The Linköping part of the Open Street Map project

Familiarize yourself with the Linköping part of the Open Street Map project

Linköping working group

The URL http://wiki.openstreetmap.org/wiki/WikiProject_Sweden/Linköping is the homepage of the Linköping part of the OSM project. Follow the link and investigate how this group structures their work.

A map of Linköping

The following URL http://www.openstreetmap.org/index.html?lat=58.40&lon=15.61&zoom=12 leads to a visual representation of the OSM data for the Linköping area, i.e. a map! Spend enough time exploring the map to be able to form an informed decision regarding whether the OSM data seems to be of high quality or not. In particular, it might be good to compare this map to the corresponding map area in Google Maps (hint: change the center of the map and the zoom level in your web application to the same values as above and reload your application).

Gathering map data

Download a suitable portion of the OSM data for Linköping.

Fetch OSM data from the web

Use your web browser to go to http://www.openstreetmap.org/index.html?lat=58.40&lon=15.61&zoom=12 and click on "Export" in the menu on top of the page.

Choose an area

Choose minlat="58.3773000", minlon="15.5207000", maxlat="58.4236000",
maxlon="15.6248000", and "OpenStreetMap XML-data".

Export the data

Press "Export". You will now receive a file containing roughly 11 MB of map data around which you will build your map application. Be sure to always keep an untouched version of this file backed-up somewhere and always work on a copy of this file. Note: If the export button wont let you download the data, just use one of the provided mirrors.

A first look at the OSM data

In this exercise you will take a first look at the OSM data.

Actually look at the data

Open the OSM data file you have just downloaded in a text-editor of your choice.

XML

The data is in XML format. XML is a way to present structured data so that is is readable both by humans and machines. Read the Wikipedia page about XML to learn the basics about how this format works.

OSM XML

OSM has its own particular set of XML tags and rules for how to use them. The web page http://wiki.openstreetmap.org/wiki/OSM_XML contains specifications of the basic tags as well as links to their intended usage. Study this page. In particular, it is important that you learn how the data primitives nodes, ways, and relations are used to build the geographical information contained in a map.

Which information does a node contain?

Find out what information a node contains.

Which information does a way contain?

Find out what information a way contains.

Which information does a relation contain?

Find out what information a relation contains.

How do you represent a road using OSM XML data?

Find out how to represent a road using OSM XML data.

How do you represent a building using OSM XML data?

Find out how to represent a building using OSM XML data.

Using Python tools to parse and investigate OSM data

We now want you to start processing the OSM data by executing programs you have written yourself. Parsing the rather extensive OSM XML format is not an easy task. You will therefore use a ready made parser for at least the introductory phase. We recommend that you use OSM py parser. Open the file, chose save as and where you want to save it. Later on this will be referred to as both osm_parser and parser in the text.

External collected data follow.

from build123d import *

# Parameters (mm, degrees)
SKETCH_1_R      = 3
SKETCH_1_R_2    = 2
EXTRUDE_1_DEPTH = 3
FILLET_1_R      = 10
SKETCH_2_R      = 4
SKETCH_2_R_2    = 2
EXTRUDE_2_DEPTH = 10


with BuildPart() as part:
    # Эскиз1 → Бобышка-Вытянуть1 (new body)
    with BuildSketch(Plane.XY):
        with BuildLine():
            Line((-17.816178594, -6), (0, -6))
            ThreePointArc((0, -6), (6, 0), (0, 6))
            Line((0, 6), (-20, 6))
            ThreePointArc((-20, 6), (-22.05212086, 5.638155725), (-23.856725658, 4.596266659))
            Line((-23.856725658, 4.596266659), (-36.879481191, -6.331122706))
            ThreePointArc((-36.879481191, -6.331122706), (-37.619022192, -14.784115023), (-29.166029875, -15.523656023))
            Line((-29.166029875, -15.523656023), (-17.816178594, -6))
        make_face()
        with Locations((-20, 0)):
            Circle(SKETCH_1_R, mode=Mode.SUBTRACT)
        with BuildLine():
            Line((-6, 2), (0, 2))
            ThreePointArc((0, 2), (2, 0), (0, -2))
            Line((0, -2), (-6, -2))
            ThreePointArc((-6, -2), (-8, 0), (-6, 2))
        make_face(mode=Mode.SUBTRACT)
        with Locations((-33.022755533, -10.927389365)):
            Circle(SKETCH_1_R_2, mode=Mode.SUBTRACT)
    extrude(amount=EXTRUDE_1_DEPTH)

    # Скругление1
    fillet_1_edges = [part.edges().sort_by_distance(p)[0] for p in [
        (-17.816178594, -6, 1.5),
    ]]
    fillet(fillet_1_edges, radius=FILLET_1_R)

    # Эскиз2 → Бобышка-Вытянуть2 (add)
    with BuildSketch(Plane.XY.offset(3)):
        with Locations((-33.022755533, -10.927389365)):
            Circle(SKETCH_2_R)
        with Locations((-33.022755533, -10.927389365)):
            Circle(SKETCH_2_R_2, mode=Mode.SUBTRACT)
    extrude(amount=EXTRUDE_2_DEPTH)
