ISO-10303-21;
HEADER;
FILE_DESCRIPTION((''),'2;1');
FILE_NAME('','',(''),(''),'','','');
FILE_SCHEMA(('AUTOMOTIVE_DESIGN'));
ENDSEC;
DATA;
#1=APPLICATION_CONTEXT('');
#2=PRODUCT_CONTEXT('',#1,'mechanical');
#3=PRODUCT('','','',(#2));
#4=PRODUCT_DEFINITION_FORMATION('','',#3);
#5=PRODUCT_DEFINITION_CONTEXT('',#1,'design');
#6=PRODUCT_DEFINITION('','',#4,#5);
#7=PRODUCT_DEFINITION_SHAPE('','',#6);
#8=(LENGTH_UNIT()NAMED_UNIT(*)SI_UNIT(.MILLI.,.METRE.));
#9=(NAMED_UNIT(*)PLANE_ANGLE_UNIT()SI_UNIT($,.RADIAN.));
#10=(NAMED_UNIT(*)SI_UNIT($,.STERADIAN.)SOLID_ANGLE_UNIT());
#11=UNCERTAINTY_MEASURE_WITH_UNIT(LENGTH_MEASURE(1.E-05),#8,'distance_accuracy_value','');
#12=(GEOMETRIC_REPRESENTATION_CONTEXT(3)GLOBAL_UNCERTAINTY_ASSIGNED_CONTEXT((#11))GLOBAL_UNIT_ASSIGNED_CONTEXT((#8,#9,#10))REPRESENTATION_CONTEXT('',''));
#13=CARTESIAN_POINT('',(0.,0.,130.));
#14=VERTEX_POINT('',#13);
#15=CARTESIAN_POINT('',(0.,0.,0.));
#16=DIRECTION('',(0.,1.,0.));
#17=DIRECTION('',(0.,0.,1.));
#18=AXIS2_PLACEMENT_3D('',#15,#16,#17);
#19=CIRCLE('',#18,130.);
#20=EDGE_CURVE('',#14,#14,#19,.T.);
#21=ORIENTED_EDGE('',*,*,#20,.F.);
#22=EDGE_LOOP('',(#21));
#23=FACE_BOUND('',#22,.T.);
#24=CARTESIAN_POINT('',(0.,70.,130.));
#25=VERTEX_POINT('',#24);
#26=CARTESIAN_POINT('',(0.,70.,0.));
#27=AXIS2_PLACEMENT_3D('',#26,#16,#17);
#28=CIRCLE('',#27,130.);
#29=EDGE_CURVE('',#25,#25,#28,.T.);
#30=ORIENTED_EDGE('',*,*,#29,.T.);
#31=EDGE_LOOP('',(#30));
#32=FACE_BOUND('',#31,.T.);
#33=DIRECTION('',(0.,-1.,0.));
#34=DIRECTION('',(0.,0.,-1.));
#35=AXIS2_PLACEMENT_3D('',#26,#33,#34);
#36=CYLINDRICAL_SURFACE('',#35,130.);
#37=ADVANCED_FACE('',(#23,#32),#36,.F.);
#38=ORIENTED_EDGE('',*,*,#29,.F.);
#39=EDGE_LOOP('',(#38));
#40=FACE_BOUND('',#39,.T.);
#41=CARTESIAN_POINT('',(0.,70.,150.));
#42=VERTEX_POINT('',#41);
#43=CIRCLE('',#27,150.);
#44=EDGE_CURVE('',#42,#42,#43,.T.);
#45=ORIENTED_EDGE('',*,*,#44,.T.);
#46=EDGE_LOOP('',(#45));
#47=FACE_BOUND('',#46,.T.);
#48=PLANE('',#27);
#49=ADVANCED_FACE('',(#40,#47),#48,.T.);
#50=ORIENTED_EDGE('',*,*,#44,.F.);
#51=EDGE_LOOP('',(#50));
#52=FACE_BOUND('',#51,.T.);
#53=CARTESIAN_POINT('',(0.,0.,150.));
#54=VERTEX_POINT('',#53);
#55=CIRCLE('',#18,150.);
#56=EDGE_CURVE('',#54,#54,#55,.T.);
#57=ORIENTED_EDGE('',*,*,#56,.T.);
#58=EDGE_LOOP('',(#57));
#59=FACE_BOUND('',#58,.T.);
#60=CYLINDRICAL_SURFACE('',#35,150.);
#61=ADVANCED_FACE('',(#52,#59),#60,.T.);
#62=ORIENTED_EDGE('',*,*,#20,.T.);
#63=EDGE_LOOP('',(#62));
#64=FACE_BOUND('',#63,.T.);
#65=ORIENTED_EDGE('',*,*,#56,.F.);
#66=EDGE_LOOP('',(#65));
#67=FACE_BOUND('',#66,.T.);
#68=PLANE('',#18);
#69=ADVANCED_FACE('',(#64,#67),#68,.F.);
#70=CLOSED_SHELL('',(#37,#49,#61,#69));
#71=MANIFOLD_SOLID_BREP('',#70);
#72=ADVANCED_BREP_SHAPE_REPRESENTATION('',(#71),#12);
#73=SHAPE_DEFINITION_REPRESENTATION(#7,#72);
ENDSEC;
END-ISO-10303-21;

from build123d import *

# Parameters (mm, degrees)
IZIM1_R                     = 150
IZIM1_R_2                   = 130
Y_KSEKLIK_EKSTR_ZYON1_DEPTH = 70


with BuildPart() as part:
    # Çizim1 → Yükseklik-Ekstrüzyon1 (new body)
    with BuildSketch(Plane(origin=(0, 0, 0), x_dir=(1, 0, 0), z_dir=(0, 1, 0))):
        with Locations(Location((0, 0, 0), (0, 0, 270))):
            Circle(IZIM1_R)
        with Locations(Location((0, 0, 0), (0, 0, 270))):
            Circle(IZIM1_R_2, mode=Mode.SUBTRACT)
    extrude(amount=Y_KSEKLIK_EKSTR_ZYON1_DEPTH)


solid = part.part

The parser uses xml.Etree.ElementTree from the python standard library. With it you can easily iterate over elements in an XML-file. If you are interested in how it works here is a link.

A small example is provided in the task below to help you to understand how the parser is used.

How many nodes does your Linköping map data have?

Find out how many nodes your Linköping map data contains by writing a program that counts them and how much time it takes.

# Parser example
# Usage python parser_ex.py 

import sys
from datetime import datetime

from mapvis.parser import get_default_parser

# The first argument after the python module on the commandline
filename = sys.argv[1]

# Parse the supplied OSM file
start = datetime.now()

parser = get_default_parser(filename)

nodes = 0
for node in parser.iter_nodes():
    nodes += 1

end = datetime.now()

print("The data contains", nodes, "nodes")
print("Parsing the date took", (end - start).total_seconds(), "seconds")
Learn more about the parser

Write Python programs to answer the following questions. To answer these questions you have to look inside the osm_parser.py file

  1. How many edges are there in your OSM data
Your own investigations

Try to come up with at least 3 questions of your own about the map data and answer them by using the osm_parser.

An introduction to object orientation (almost)

What does the class keyword mean?

The 'class' keyword enables you to create a class and use object oriented techniques in python. In this example we will not go into the techniques we can use with object orientation but we will use classes to store data in a nice way. There are many ways to use object oriented features in a good way but for our purposes we can think of a class as a kind of fancy dict.

Here we will make a representation of a very basic mathematical term.

# This is the class definition
class Term:

    # At this indentation level we define the "methods" of a class
    def __init__(self, value):
        self.value = value

    # Every method of a class needs to have at least 1
    # parameter to it. This is refering to the object itself.
    # It is good style to call this parameter 'self'
    def print_me(self):
        print "My value is:", self.value

    # We can continue to define more methods here
# but once we get to the top level we will not
# define methods for the class anymore
def unused_function():
    print "do nothing"

term1 = Term(4711)
term2 = Term(42)

print term1.value
print term2.value
print "****************"
term1.print_me()
term2.print_me()

Persistent Data

Just like a list or a dictionary the values of a class can change over time and two different instantiations of the same class generally don't share values.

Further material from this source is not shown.